Find the line holding "[-e22 -e45 -e46]" in the entries below. Give it again exactly, along with every line after it up to and including the line holding "e50 v25 v23".

Collected data entries:
___

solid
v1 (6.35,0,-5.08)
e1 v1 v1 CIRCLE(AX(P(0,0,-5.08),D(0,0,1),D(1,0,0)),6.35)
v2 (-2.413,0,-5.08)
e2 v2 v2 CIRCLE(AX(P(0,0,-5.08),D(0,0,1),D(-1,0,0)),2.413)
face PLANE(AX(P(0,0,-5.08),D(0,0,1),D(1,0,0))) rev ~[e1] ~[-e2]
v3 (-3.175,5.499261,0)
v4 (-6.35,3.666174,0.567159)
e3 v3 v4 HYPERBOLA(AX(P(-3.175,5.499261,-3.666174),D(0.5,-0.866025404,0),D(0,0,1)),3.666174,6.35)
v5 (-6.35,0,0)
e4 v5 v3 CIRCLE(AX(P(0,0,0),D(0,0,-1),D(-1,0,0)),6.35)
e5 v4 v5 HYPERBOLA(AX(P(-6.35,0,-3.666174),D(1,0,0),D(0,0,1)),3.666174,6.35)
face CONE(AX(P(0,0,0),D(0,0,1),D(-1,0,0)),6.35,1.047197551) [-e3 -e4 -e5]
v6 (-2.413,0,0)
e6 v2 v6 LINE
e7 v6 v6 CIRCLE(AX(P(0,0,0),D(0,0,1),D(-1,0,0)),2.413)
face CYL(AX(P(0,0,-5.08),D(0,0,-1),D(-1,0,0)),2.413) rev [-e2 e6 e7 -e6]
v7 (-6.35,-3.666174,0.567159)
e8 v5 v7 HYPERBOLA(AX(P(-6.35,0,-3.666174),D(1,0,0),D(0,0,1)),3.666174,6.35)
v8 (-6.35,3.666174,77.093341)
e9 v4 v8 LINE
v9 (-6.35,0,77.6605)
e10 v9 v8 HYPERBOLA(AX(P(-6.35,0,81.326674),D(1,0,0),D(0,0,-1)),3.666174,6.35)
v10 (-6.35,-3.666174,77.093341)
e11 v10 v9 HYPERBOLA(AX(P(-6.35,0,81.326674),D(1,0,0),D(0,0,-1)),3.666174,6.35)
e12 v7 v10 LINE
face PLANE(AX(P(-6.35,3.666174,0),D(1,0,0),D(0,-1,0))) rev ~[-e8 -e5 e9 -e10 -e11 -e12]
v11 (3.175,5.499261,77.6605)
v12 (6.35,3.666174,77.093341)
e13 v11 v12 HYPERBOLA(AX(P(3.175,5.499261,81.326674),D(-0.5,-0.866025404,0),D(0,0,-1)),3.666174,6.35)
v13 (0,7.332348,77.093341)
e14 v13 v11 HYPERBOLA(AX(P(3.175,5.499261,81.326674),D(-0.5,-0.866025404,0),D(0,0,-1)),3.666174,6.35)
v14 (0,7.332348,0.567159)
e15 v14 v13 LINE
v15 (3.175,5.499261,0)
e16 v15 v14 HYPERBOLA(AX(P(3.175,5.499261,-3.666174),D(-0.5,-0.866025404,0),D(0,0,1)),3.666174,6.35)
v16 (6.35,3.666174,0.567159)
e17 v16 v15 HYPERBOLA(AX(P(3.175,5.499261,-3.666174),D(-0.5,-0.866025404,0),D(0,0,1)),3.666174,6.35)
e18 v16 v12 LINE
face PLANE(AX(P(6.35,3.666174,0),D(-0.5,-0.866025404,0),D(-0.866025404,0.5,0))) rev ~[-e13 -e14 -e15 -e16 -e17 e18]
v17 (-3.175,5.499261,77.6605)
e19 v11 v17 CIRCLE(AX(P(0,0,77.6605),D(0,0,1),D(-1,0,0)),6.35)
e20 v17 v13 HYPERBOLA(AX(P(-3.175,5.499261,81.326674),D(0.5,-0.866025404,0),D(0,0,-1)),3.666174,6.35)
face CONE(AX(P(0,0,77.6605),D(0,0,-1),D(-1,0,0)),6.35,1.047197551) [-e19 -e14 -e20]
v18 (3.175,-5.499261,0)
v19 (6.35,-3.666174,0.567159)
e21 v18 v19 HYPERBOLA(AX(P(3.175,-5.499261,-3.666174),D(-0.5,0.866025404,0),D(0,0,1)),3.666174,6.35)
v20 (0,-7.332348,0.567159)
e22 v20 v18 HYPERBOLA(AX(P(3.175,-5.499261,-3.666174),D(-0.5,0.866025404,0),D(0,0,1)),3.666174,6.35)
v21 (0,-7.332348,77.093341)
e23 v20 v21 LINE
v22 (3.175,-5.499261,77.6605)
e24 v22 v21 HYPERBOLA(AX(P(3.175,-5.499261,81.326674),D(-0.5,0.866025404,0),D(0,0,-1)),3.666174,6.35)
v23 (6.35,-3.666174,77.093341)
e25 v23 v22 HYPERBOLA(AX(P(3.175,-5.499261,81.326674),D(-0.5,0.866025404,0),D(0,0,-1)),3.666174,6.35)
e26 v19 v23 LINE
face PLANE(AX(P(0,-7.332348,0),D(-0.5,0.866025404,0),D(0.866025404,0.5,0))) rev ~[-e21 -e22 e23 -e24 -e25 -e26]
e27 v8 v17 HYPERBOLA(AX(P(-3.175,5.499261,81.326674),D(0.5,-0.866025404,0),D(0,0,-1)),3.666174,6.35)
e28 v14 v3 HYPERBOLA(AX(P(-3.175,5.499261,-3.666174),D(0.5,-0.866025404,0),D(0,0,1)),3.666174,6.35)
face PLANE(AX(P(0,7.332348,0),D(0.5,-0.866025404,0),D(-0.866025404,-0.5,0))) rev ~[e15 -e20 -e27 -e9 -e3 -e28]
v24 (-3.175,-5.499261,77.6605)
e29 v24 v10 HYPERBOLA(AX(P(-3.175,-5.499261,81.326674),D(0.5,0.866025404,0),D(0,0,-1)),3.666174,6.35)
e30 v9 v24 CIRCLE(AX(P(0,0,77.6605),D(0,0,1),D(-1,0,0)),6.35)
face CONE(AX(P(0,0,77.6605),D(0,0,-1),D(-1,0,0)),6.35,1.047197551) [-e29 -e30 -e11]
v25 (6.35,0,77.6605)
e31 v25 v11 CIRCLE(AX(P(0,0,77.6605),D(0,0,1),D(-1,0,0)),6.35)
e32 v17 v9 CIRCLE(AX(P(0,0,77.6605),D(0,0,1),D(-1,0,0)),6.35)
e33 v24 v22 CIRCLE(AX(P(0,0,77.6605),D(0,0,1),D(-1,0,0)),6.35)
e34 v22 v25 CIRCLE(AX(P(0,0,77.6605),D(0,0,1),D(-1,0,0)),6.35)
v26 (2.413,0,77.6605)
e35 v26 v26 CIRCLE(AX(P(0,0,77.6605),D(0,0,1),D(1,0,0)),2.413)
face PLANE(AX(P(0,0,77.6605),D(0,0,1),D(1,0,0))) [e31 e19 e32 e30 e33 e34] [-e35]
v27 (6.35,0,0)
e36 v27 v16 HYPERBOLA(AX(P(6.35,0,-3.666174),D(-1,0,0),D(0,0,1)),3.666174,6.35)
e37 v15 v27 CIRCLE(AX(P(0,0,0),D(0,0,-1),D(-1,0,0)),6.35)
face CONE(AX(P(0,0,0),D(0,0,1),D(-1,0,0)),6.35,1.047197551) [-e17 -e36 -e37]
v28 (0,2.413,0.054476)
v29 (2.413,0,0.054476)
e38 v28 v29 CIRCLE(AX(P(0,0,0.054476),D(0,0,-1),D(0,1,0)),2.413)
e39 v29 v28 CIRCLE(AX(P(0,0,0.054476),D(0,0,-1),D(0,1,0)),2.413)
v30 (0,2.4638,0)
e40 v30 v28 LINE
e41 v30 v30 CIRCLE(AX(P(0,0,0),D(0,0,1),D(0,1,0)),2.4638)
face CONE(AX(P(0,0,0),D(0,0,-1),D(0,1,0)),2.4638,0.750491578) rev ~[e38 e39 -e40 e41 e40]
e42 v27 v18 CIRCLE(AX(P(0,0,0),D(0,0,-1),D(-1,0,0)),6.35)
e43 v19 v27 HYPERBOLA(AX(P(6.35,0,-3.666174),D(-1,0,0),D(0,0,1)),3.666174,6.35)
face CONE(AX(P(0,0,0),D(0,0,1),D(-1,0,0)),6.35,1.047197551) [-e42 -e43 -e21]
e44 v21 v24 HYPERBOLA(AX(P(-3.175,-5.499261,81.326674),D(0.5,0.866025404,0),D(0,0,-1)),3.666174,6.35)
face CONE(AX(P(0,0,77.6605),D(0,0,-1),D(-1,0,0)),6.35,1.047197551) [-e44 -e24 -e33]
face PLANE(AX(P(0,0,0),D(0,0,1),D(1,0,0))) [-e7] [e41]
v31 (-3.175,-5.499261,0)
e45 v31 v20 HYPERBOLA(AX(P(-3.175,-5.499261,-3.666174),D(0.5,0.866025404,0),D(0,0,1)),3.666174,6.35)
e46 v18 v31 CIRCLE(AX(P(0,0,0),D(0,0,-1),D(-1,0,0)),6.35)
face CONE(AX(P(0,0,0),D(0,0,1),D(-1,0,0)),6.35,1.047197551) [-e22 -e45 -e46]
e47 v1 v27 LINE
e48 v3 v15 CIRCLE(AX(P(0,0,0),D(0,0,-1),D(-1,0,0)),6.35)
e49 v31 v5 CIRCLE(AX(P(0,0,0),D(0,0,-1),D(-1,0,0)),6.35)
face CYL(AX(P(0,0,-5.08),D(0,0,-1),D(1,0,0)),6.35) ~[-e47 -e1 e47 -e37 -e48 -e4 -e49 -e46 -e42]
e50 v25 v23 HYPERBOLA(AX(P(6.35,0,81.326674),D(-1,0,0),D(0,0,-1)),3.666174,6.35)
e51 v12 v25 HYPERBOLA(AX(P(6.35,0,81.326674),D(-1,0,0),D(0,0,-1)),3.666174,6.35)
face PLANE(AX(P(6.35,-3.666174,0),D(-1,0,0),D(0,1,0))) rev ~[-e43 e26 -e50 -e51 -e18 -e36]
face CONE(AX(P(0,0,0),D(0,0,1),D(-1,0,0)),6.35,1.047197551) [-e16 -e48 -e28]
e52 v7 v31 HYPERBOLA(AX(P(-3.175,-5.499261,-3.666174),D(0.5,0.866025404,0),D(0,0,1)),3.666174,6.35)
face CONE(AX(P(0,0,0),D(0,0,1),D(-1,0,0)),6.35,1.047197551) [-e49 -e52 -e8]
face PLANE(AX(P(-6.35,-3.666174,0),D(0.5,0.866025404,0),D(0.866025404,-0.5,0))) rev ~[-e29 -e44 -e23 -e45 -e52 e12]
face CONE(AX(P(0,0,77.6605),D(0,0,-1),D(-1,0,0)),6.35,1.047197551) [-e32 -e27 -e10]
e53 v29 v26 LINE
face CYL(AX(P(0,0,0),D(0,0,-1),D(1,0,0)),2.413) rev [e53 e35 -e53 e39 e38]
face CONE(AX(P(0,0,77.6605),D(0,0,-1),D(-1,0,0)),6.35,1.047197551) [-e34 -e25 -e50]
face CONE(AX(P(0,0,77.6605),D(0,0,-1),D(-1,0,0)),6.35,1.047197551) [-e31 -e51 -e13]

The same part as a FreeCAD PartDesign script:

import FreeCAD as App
import Part
import Sketcher
Q = App.Units.Quantity


def faces_at(feature, points):
    """Names of the faces that lie closest to the given points."""
    faces = feature.Shape.Faces
    near = lambda p: min(range(len(faces)), key=lambda i: faces[i].distToShape(Part.Vertex(*p))[0])
    return sorted({f"Face{near(p) + 1}" for p in points})


def add_polygon(sketch, points):
    """Adds a closed chain of lines whose ends are joined by coincident constraints."""
    first, n = sketch.GeometryCount, len(points)
    for a, b in zip(points, points[1:] + points[:1]):
        sketch.addGeometry(Part.LineSegment(App.Vector(*a, 0), App.Vector(*b, 0)), False)
    for i in range(n):
        sketch.addConstraint(Sketcher.Constraint("Coincident", first + i, 2, first + (i + 1) % n, 1))

doc = App.newDocument("Part")
params = doc.addObject("Spreadsheet::Sheet", "Params")
for row, (alias, value) in enumerate([
    ("sketch1_diameter", "0.19 in"),
    ("pad1_length", "3.0575 in"),
    ("sketch2_width", "0.097 in"),
    ("groove_angle", "360 deg"),
    ("sketch3_diameter", "0.5 in"),
    ("pad2_length", "79.263907 mm"),
    ("draft_angle", "60 deg"),
    ("sketch4_diameter", "0.5 in"),
    ("pad3_length", "79.263907 mm"),
    ("draft2_angle", "60 deg"),
    ("sketch5_diameter", "0.5 in"),
    ("sketch5_diameter2", "0.19 in"),
    ("pad4_length", "0.2 in"),
], start=1):
    params.set(f"A{row}", alias)
    params.set(f"B{row}", "=" + value)
    params.setAlias(f"B{row}", alias)

body = doc.addObject("PartDesign::Body", "Body")

sketch1 = body.newObject("Sketcher::SketchObject", "Sketch")
sketch1.AttachmentSupport = (doc.getObject("XY_Plane"), [""])
sketch1.MapMode = "FlatFace"
add_polygon(sketch1, [(0, 7.3), (-6.3, 3.7), (-6.3, -3.7), (0, -7.3), (6.3, -3.7), (6.3, 3.7)])
sketch1.addGeometry(Part.Circle(App.Vector(0, 0, 0), App.Vector(0, 0, 1), 2.4), False)
sketch1.addConstraint(Sketcher.Constraint("Vertical", 1))
sketch1.addConstraint(Sketcher.Constraint("Vertical", 4))
sketch1.addConstraint(Sketcher.Constraint("Coincident", 6, 3, -1, 1))
sketch1.addConstraint(Sketcher.Constraint("Symmetric", 0, 2, 3, 2, -1, 1))
sketch1.addConstraint(Sketcher.Constraint("Symmetric", 2, 2, 5, 2, -1, 1))
sketch1.addConstraint(Sketcher.Constraint("PointOnObject", 2, 2, -2))
sketch1.addConstraint(Sketcher.Constraint("Parallel", 2, 5))
sketch1.addConstraint(Sketcher.Constraint("Horizontal", 1, 2, 3, 2))
sketch1.addConstraint(Sketcher.Constraint("Diameter", 6, Q("0.19 in")))
sketch1.addConstraint(Sketcher.Constraint("Angle", 0, Q("-150 deg")))
sketch1.addConstraint(Sketcher.Constraint("DistanceX", 1, 2, 3, 2, Q("0.5 in")))
sketch1.addConstraint(Sketcher.Constraint("DistanceY", 1, 2, 1, 1, Q("7.332348 mm")))
sketch1.setExpression("Constraints[14]", "Params.sketch1_diameter")
pad1 = body.newObject("PartDesign::Pad", "Pad")
pad1.Profile = sketch1
pad1.setExpression("Length", "Params.pad1_length")

sketch2 = body.newObject("Sketcher::SketchObject", "Sketch001")
sketch2.AttachmentSupport = (doc.getObject("YZ_Plane"), [""])
sketch2.MapMode = "FlatFace"
add_polygon(sketch2, [(0, 0), (2.5, 0), (0, 2.6)])
sketch2.addConstraint(Sketcher.Constraint("Horizontal", 0))
sketch2.addConstraint(Sketcher.Constraint("Vertical", 2))
sketch2.addConstraint(Sketcher.Constraint("Coincident", 2, 2, -1, 1))
sketch2.addConstraint(Sketcher.Constraint("Angle", 1, Q("133 deg")))
sketch2.addConstraint(Sketcher.Constraint("DistanceX", 0, 1, 0, 2, Q("0.097 in")))
sketch2.setExpression("Constraints[7]", "Params.sketch2_width")
groove = body.newObject("PartDesign::Groove", "Groove")
groove.Profile = sketch2
groove.ReferenceAxis = (sketch2, ["V_Axis"])
groove.setExpression("Angle", "Params.groove_angle")
body2 = doc.addObject("PartDesign::Body", "Body001")

sketch3 = body2.newObject("Sketcher::SketchObject", "Sketch002")
sketch3.AttachmentSupport = (doc.getObject("XY_Plane001"), [""])
sketch3.MapMode = "FlatFace"
add_polygon(sketch3, [(153, 154), (153, -154), (-153, -154), (-153, 154)])
sketch3.addGeometry(Part.Circle(App.Vector(0, 0, 0), App.Vector(0, 0, 1), 6), False)
sketch3.addConstraint(Sketcher.Constraint("Vertical", 0))
sketch3.addConstraint(Sketcher.Constraint("Horizontal", 1))
sketch3.addConstraint(Sketcher.Constraint("Vertical", 2))
sketch3.addConstraint(Sketcher.Constraint("Horizontal", 3))
sketch3.addConstraint(Sketcher.Constraint("Coincident", 4, 3, -1, 1))
sketch3.addConstraint(Sketcher.Constraint("Symmetric", 0, 2, 2, 2, -1, 1))
sketch3.addConstraint(Sketcher.Constraint("Diameter", 4, Q("0.5 in")))
sketch3.addConstraint(Sketcher.Constraint("DistanceX", 1, 2, 1, 1, Q("305.288 mm")))
sketch3.addConstraint(Sketcher.Constraint("DistanceY", 0, 2, 0, 1, Q("307.252 mm")))
sketch3.setExpression("Constraints[10]", "Params.sketch3_diameter")
pad2 = body2.newObject("PartDesign::Pad", "Pad001")
pad2.Profile = sketch3
pad2.setExpression("Length", "Params.pad2_length")
doc.recompute()

draft = body2.newObject("PartDesign::Draft", "Draft")
draft.Base = (pad2, faces_at(pad2, [
    (0, -153.626, 39.632),
    (-152.644, 0, 39.632),
    (0, 153.626, 39.632),
    (152.644, 0, 39.632),
    (6.35, 0, 39.632),
]))
draft.NeutralPlane = (doc.getObject("XY_Plane001"), [""])
draft.setExpression("Angle", "Params.draft_angle")
draft.Reversed = False
doc.recompute()

boolean = body.newObject("PartDesign::Boolean", "Boolean")
boolean.Type = "Cut"
boolean.addObjects([body2])
body3 = doc.addObject("PartDesign::Body", "Body002")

___

WRITTEN ANSWER —
face CONE(AX(P(0,0,0),D(0,0,1),D(-1,0,0)),6.35,1.047197551) [-e22 -e45 -e46]
e47 v1 v27 LINE
e48 v3 v15 CIRCLE(AX(P(0,0,0),D(0,0,-1),D(-1,0,0)),6.35)
e49 v31 v5 CIRCLE(AX(P(0,0,0),D(0,0,-1),D(-1,0,0)),6.35)
face CYL(AX(P(0,0,-5.08),D(0,0,-1),D(1,0,0)),6.35) ~[-e47 -e1 e47 -e37 -e48 -e4 -e49 -e46 -e42]
e50 v25 v23 HYPERBOLA(AX(P(6.35,0,81.326674),D(-1,0,0),D(0,0,-1)),3.666174,6.35)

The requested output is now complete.